Exercise brief → What lines in the listing include "along"? Return a copy of each.

━━━━━ Study material ━━━━━

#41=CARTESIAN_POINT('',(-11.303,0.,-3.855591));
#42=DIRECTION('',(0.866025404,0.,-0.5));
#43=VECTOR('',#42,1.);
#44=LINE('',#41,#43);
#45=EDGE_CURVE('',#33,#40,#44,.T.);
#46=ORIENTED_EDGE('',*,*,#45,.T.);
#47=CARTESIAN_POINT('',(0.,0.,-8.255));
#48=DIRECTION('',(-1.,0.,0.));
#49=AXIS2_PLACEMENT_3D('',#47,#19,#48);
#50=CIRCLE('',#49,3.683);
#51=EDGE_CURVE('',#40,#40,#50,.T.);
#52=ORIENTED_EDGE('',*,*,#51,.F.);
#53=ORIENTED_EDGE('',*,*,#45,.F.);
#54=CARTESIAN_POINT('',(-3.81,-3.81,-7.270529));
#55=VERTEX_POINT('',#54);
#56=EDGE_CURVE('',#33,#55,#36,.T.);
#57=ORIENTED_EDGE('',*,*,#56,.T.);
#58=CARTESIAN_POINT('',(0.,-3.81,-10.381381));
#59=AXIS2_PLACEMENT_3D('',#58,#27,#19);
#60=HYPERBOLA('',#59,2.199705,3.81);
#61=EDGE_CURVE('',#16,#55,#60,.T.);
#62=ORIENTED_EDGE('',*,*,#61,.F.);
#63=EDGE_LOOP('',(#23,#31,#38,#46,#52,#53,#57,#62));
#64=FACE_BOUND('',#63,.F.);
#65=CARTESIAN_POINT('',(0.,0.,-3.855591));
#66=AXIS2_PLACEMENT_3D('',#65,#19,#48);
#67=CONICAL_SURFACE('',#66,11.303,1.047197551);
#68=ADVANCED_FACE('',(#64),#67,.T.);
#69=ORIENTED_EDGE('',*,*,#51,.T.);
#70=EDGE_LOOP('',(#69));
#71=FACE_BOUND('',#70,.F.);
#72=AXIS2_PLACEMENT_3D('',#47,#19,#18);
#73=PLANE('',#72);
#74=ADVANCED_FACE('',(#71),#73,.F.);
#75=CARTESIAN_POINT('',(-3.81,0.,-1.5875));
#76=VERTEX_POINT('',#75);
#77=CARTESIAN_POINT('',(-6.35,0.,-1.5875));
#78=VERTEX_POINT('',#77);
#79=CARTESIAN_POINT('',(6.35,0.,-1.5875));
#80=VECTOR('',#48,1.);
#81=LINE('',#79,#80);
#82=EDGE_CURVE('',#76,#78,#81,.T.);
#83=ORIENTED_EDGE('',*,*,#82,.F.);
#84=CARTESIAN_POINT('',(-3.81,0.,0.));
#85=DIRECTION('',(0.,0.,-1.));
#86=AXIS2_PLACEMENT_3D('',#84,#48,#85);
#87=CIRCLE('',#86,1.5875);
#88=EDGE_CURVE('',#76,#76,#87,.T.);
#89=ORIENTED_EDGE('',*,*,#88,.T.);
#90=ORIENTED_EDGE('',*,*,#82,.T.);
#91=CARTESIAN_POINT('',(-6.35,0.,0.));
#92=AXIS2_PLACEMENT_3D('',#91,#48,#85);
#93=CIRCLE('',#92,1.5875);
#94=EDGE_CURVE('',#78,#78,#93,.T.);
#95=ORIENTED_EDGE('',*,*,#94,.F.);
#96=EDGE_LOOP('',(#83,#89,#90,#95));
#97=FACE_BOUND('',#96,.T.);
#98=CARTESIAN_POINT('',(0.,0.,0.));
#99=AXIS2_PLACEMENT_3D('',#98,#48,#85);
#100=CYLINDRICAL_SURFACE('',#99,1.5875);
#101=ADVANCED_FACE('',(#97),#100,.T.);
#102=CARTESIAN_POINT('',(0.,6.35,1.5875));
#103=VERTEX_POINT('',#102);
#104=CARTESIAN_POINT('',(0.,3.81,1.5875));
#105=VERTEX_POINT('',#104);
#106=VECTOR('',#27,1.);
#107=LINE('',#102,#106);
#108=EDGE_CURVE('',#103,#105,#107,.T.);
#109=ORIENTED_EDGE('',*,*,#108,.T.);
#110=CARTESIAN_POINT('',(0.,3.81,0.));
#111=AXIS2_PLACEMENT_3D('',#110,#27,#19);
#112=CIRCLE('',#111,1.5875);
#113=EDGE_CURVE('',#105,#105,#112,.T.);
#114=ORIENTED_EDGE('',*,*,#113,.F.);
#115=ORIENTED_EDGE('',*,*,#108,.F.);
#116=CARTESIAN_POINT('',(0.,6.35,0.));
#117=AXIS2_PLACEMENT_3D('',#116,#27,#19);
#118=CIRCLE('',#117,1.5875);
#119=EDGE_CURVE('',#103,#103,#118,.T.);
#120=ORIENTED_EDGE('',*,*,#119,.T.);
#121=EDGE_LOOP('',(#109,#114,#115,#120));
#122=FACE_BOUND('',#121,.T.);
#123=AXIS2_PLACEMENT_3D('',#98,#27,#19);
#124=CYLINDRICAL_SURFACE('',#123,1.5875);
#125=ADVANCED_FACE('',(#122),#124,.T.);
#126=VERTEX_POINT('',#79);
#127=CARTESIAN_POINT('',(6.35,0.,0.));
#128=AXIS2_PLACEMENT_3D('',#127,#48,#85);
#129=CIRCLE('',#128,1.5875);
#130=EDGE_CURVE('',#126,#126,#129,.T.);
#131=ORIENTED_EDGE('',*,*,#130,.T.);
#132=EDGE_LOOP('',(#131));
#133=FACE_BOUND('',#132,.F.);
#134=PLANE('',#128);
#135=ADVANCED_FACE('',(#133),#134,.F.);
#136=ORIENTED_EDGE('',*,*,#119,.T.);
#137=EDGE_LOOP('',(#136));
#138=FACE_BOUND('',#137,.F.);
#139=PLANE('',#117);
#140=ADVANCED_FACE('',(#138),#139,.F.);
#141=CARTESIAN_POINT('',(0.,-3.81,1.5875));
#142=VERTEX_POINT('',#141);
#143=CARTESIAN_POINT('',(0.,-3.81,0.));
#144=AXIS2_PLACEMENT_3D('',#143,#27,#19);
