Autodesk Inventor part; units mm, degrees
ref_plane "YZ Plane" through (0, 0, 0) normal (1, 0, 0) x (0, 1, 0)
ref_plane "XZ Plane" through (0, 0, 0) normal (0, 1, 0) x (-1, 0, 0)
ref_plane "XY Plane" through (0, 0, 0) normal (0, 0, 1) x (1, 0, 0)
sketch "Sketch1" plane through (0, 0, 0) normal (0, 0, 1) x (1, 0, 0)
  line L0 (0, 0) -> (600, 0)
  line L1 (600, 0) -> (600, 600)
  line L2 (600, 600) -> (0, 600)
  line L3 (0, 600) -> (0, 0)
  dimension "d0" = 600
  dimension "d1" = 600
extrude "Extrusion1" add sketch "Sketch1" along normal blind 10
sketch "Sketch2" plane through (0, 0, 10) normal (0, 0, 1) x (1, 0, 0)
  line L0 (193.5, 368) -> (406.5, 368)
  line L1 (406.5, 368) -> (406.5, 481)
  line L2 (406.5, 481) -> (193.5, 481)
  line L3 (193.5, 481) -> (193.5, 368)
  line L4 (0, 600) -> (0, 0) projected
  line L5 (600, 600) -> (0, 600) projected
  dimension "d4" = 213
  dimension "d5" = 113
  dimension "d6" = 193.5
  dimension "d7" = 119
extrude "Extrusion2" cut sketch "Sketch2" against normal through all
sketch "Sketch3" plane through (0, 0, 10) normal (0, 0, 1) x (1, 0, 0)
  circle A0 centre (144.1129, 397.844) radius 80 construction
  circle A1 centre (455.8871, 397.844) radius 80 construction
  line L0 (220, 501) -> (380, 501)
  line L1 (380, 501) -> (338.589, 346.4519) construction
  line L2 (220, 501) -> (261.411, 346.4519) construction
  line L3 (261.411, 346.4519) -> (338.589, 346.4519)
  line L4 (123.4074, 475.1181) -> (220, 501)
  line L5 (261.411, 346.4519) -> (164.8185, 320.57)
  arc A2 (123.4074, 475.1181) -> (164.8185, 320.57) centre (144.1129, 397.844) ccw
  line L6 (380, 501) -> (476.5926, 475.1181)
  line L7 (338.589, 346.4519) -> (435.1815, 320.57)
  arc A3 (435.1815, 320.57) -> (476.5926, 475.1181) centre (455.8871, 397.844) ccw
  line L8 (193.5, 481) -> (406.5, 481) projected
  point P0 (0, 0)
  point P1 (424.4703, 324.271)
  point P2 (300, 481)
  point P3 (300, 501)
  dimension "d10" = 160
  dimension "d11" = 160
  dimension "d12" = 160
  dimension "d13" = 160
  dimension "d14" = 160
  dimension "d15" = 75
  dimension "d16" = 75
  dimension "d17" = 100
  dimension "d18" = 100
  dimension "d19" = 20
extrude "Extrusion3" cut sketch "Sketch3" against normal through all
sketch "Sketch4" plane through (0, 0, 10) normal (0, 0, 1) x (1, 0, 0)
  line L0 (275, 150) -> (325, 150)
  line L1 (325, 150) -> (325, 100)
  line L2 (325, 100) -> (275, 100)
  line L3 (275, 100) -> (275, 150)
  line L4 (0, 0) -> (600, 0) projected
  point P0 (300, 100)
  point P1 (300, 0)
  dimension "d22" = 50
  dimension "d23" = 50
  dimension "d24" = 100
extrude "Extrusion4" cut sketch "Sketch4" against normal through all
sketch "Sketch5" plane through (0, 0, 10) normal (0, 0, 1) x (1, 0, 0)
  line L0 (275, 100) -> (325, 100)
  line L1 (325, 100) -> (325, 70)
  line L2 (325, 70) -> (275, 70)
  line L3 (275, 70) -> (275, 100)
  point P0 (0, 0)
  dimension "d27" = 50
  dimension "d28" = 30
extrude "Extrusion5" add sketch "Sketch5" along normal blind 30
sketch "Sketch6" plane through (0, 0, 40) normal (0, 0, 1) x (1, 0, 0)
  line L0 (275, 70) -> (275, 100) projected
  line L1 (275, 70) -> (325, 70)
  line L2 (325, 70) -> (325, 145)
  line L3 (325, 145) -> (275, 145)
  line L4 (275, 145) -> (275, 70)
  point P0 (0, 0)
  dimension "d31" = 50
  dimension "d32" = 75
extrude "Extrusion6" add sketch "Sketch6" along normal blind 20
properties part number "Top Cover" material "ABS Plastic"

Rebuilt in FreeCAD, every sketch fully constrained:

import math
import FreeCAD as App
import Part
import Sketcher

V = App.Vector
Q = App.Units.Quantity


def add_polygon(sketch, points):
    """Adds a closed chain of lines whose ends are joined by coincident constraints."""
    first, n = sketch.GeometryCount, len(points)
    for a, b in zip(points, points[1:] + points[:1]):
        sketch.addGeometry(Part.LineSegment(App.Vector(*a, 0), App.Vector(*b, 0)), False)
    for i in range(n):
        sketch.addConstraint(Sketcher.Constraint("Coincident", first + i, 2, first + (i + 1) % n, 1))

doc = App.newDocument("Part")
body = doc.addObject("PartDesign::Body", "Body")

sketch1 = body.newObject("Sketcher::SketchObject", "Sketch")
sketch1.AttachmentSupport = (doc.getObject("XY_Plane"), [""])
sketch1.MapMode = "FlatFace"
add_polygon(sketch1, [(0, 600), (0, 0), (600, 0), (600, 600)])
sketch1.addConstraint(Sketcher.Constraint("Vertical", 0))
sketch1.addConstraint(Sketcher.Constraint("Horizontal", 1))
sketch1.addConstraint(Sketcher.Constraint("Vertical", 2))
sketch1.addConstraint(Sketcher.Constraint("Horizontal", 3))
sketch1.addConstraint(Sketcher.Constraint("Coincident", 0, 2, -1, 1))
sketch1.addConstraint(Sketcher.Constraint("Equal", 3, 0))
sketch1.addConstraint(Sketcher.Constraint("DistanceX", 1, 1, 1, 2, 600.0))
pad1 = body.newObject("PartDesign::Pad", "Pad")
pad1.Profile = sketch1
pad1.Length = 10

sketch2 = body.newObject("Sketcher::SketchObject", "Sketch001")
sketch2.AttachmentSupport = (doc.getObject("XY_Plane"), [""])
sketch2.MapMode = "FlatFace"
sketch2.AttachmentOffset = App.Placement(V(0, 0, 10), App.Rotation())
add_polygon(sketch2, [(194, 481), (194, 368), (406, 368), (406, 481)])
sketch2.addConstraint(Sketcher.Constraint("Vertical", 0))
sketch2.addConstraint(Sketcher.Constraint("Horizontal", 1))
sketch2.addConstraint(Sketcher.Constraint("Vertical", 2))
sketch2.addConstraint(Sketcher.Constraint("Horizontal", 3))
sketch2.addConstraint(Sketcher.Constraint("DistanceX", 1, 1, 1, 2, 213.0))
sketch2.addConstraint(Sketcher.Constraint("DistanceY", 0, 2, 0, 1, 113.0))
sketch2.addConstraint(Sketcher.Constraint("DistanceX", -1, 1, 0, 2, 193.5))
sketch2.addConstraint(Sketcher.Constraint("DistanceY", -1, 1, 0, 2, 368.0))
pocket1 = body.newObject("PartDesign::Pocket", "Pocket")
pocket1.Profile = sketch2
pocket1.Type = "ThroughAll"

sketch3 = body.newObject("Sketcher::SketchObject", "Sketch002")
sketch3.AttachmentSupport = (doc.getObject("XY_Plane"), [""])
sketch3.MapMode = "FlatFace"
sketch3.AttachmentOffset = App.Placement(V(0, 0, 10), App.Rotation())
sketch3.addGeometry(Part.LineSegment(V(380, 501, 0), V(220, 501, 0)), False)
sketch3.addGeometry(Part.LineSegment(V(220, 501, 0), V(123, 475, 0)), False)
sketch3.addGeometry(Part.ArcOfCircle(Part.Circle(V(144, 398, 0), V(0, 0, 1), 80), math.radians(105), math.radians(285)), False)
sketch3.addGeometry(Part.LineSegment(V(165, 321, 0), V(261, 346, 0)), False)
sketch3.addGeometry(Part.LineSegment(V(261, 346, 0), V(339, 346, 0)), False)
sketch3.addGeometry(Part.LineSegment(V(339, 346, 0), V(435, 321, 0)), False)
sketch3.addGeometry(Part.ArcOfCircle(Part.Circle(V(456, 398, 0), V(0, 0, 1), 80), math.radians(-105), math.radians(75)), False)
sketch3.addGeometry(Part.LineSegment(V(477, 475, 0), V(380, 501, 0)), False)
sketch3.addConstraint(Sketcher.Constraint("Coincident", 0, 2, 1, 1))
sketch3.addConstraint(Sketcher.Constraint("Tangent", 1, 2, 2, 1))
sketch3.addConstraint(Sketcher.Constraint("Tangent", 2, 2, 3, 1))
sketch3.addConstraint(Sketcher.Constraint("Coincident", 3, 2, 4, 1))
sketch3.addConstraint(Sketcher.Constraint("Coincident", 4, 2, 5, 1))
sketch3.addConstraint(Sketcher.Constraint("Tangent", 5, 2, 6, 1))
sketch3.addConstraint(Sketcher.Constraint("Tangent", 6, 2, 7, 1))
sketch3.addConstraint(Sketcher.Constraint("Coincident", 7, 2, 0, 1))
sketch3.addConstraint(Sketcher.Constraint("Horizontal", 0))
sketch3.addConstraint(Sketcher.Constraint("Horizontal", 4))
sketch3.addConstraint(Sketcher.Constraint("Equal", 2, 6))
sketch3.addConstraint(Sketcher.Constraint("Parallel", 1, 3))
sketch3.addConstraint(Sketcher.Constraint("Parallel", 5, 7))
sketch3.addConstraint(Sketcher.Constraint("Horizontal", 2, 3, 6, 3))
sketch3.addConstraint(Sketcher.Constraint("Horizontal", 2, 2, 5, 2))
sketch3.addConstraint(Sketcher.Constraint("Equal", 1, 3))
sketch3.addConstraint(Sketcher.Constraint("Radius", 2, 80.0))
sketch3.addConstraint(Sketcher.Constraint("DistanceX", 0, 2, 0, 1, 160.0))
sketch3.addConstraint(Sketcher.Constraint("Distance", 1, 100.0))
sketch3.addConstraint(Sketcher.Constraint("Angle", 1, Q("-165 deg")))
sketch3.addConstraint(Sketcher.Constraint("DistanceX", -1, 1, 0, 2, 220.0))
sketch3.addConstraint(Sketcher.Constraint("DistanceY", -1, 1, 0, 2, 501.0))
pocket2 = body.newObject("PartDesign::Pocket", "Pocket001")
pocket2.Profile = sketch3
pocket2.Type = "ThroughAll"

sketch4 = body.newObject("Sketcher::SketchObject", "Sketch003")
sketch4.AttachmentSupport = (doc.getObject("XY_Plane"), [""])
sketch4.MapMode = "FlatFace"
sketch4.AttachmentOffset = App.Placement(V(0, 0, 10), App.Rotation())
add_polygon(sketch4, [(325, 150), (275, 150), (275, 100), (325, 100)])
sketch4.addConstraint(Sketcher.Constraint("Horizontal", 0))
sketch4.addConstraint(Sketcher.Constraint("Vertical", 1))
sketch4.addConstraint(Sketcher.Constraint("Horizontal", 2))
sketch4.addConstraint(Sketcher.Constraint("Vertical", 3))
sketch4.addConstraint(Sketcher.Constraint("Equal", 2, 1))
sketch4.addConstraint(Sketcher.Constraint("DistanceX", 0, 2, 0, 1, 50.0))
sketch4.addConstraint(Sketcher.Constraint("DistanceY", -1, 1, 1, 2, 100.0))
sketch4.addConstraint(Sketcher.Constraint("DistanceX", -1, 1, 0, 2, 275.0))
pocket3 = body.newObject("PartDesign::Pocket", "Pocket002")
pocket3.Profile = sketch4
pocket3.Type = "ThroughAll"

sketch5 = body.newObject("Sketcher::SketchObject", "Sketch004")
sketch5.AttachmentSupport = (doc.getObject("XY_Plane"), [""])
sketch5.MapMode = "FlatFace"
sketch5.AttachmentOffset = App.Placement(V(0, 0, 10), App.Rotation())
add_polygon(sketch5, [(325, 100), (275, 100), (275, 70), (325, 70)])
sketch5.addConstraint(Sketcher.Constraint("Horizontal", 0))
sketch5.addConstraint(Sketcher.Constraint("Vertical", 1))
sketch5.addConstraint(Sketcher.Constraint("Horizontal", 2))
sketch5.addConstraint(Sketcher.Constraint("Vertical", 3))
sketch5.addConstraint(Sketcher.Constraint("DistanceX", 0, 2, 0, 1, 50.0))
sketch5.addConstraint(Sketcher.Constraint("DistanceY", 1, 2, 1, 1, 30.0))
sketch5.addConstraint(Sketcher.Constraint("DistanceX", -1, 1, 0, 2, 275.0))
sketch5.addConstraint(Sketcher.Constraint("DistanceY", -1, 1, 0, 2, 100.0))
pad2 = body.newObject("PartDesign::Pad", "Pad001")
pad2.Profile = sketch5
pad2.Length = 30

sketch6 = body.newObject("Sketcher::SketchObject", "Sketch005")
sketch6.AttachmentSupport = (doc.getObject("XY_Plane"), [""])
sketch6.MapMode = "FlatFace"
sketch6.AttachmentOffset = App.Placement(V(0, 0, 40), App.Rotation())
add_polygon(sketch6, [(275, 145), (275, 70), (325, 70), (325, 145)])
sketch6.addConstraint(Sketcher.Constraint("Vertical", 0))
sketch6.addConstraint(Sketcher.Constraint("Horizontal", 1))
sketch6.addConstraint(Sketcher.Constraint("Vertical", 2))
sketch6.addConstraint(Sketcher.Constraint("Horizontal", 3))
sketch6.addConstraint(Sketcher.Constraint("DistanceX", 1, 1, 1, 2, 50.0))
sketch6.addConstraint(Sketcher.Constraint("DistanceY", 0, 2, 0, 1, 75.0))
sketch6.addConstraint(Sketcher.Constraint("DistanceX", -1, 1, 0, 2, 275.0))
sketch6.addConstraint(Sketcher.Constraint("DistanceY", -1, 1, 0, 2, 70.0))
pad3 = body.newObject("PartDesign::Pad", "Pad002")
pad3.Profile = sketch6
pad3.Length = 20

doc.recompute()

━━━━━

Answer space →
extrude "Extrusion1" add sketch "Sketch1" along normal blind 10
extrude "Extrusion5" add sketch "Sketch5" along normal blind 30
extrude "Extrusion6" add sketch "Sketch6" along normal blind 20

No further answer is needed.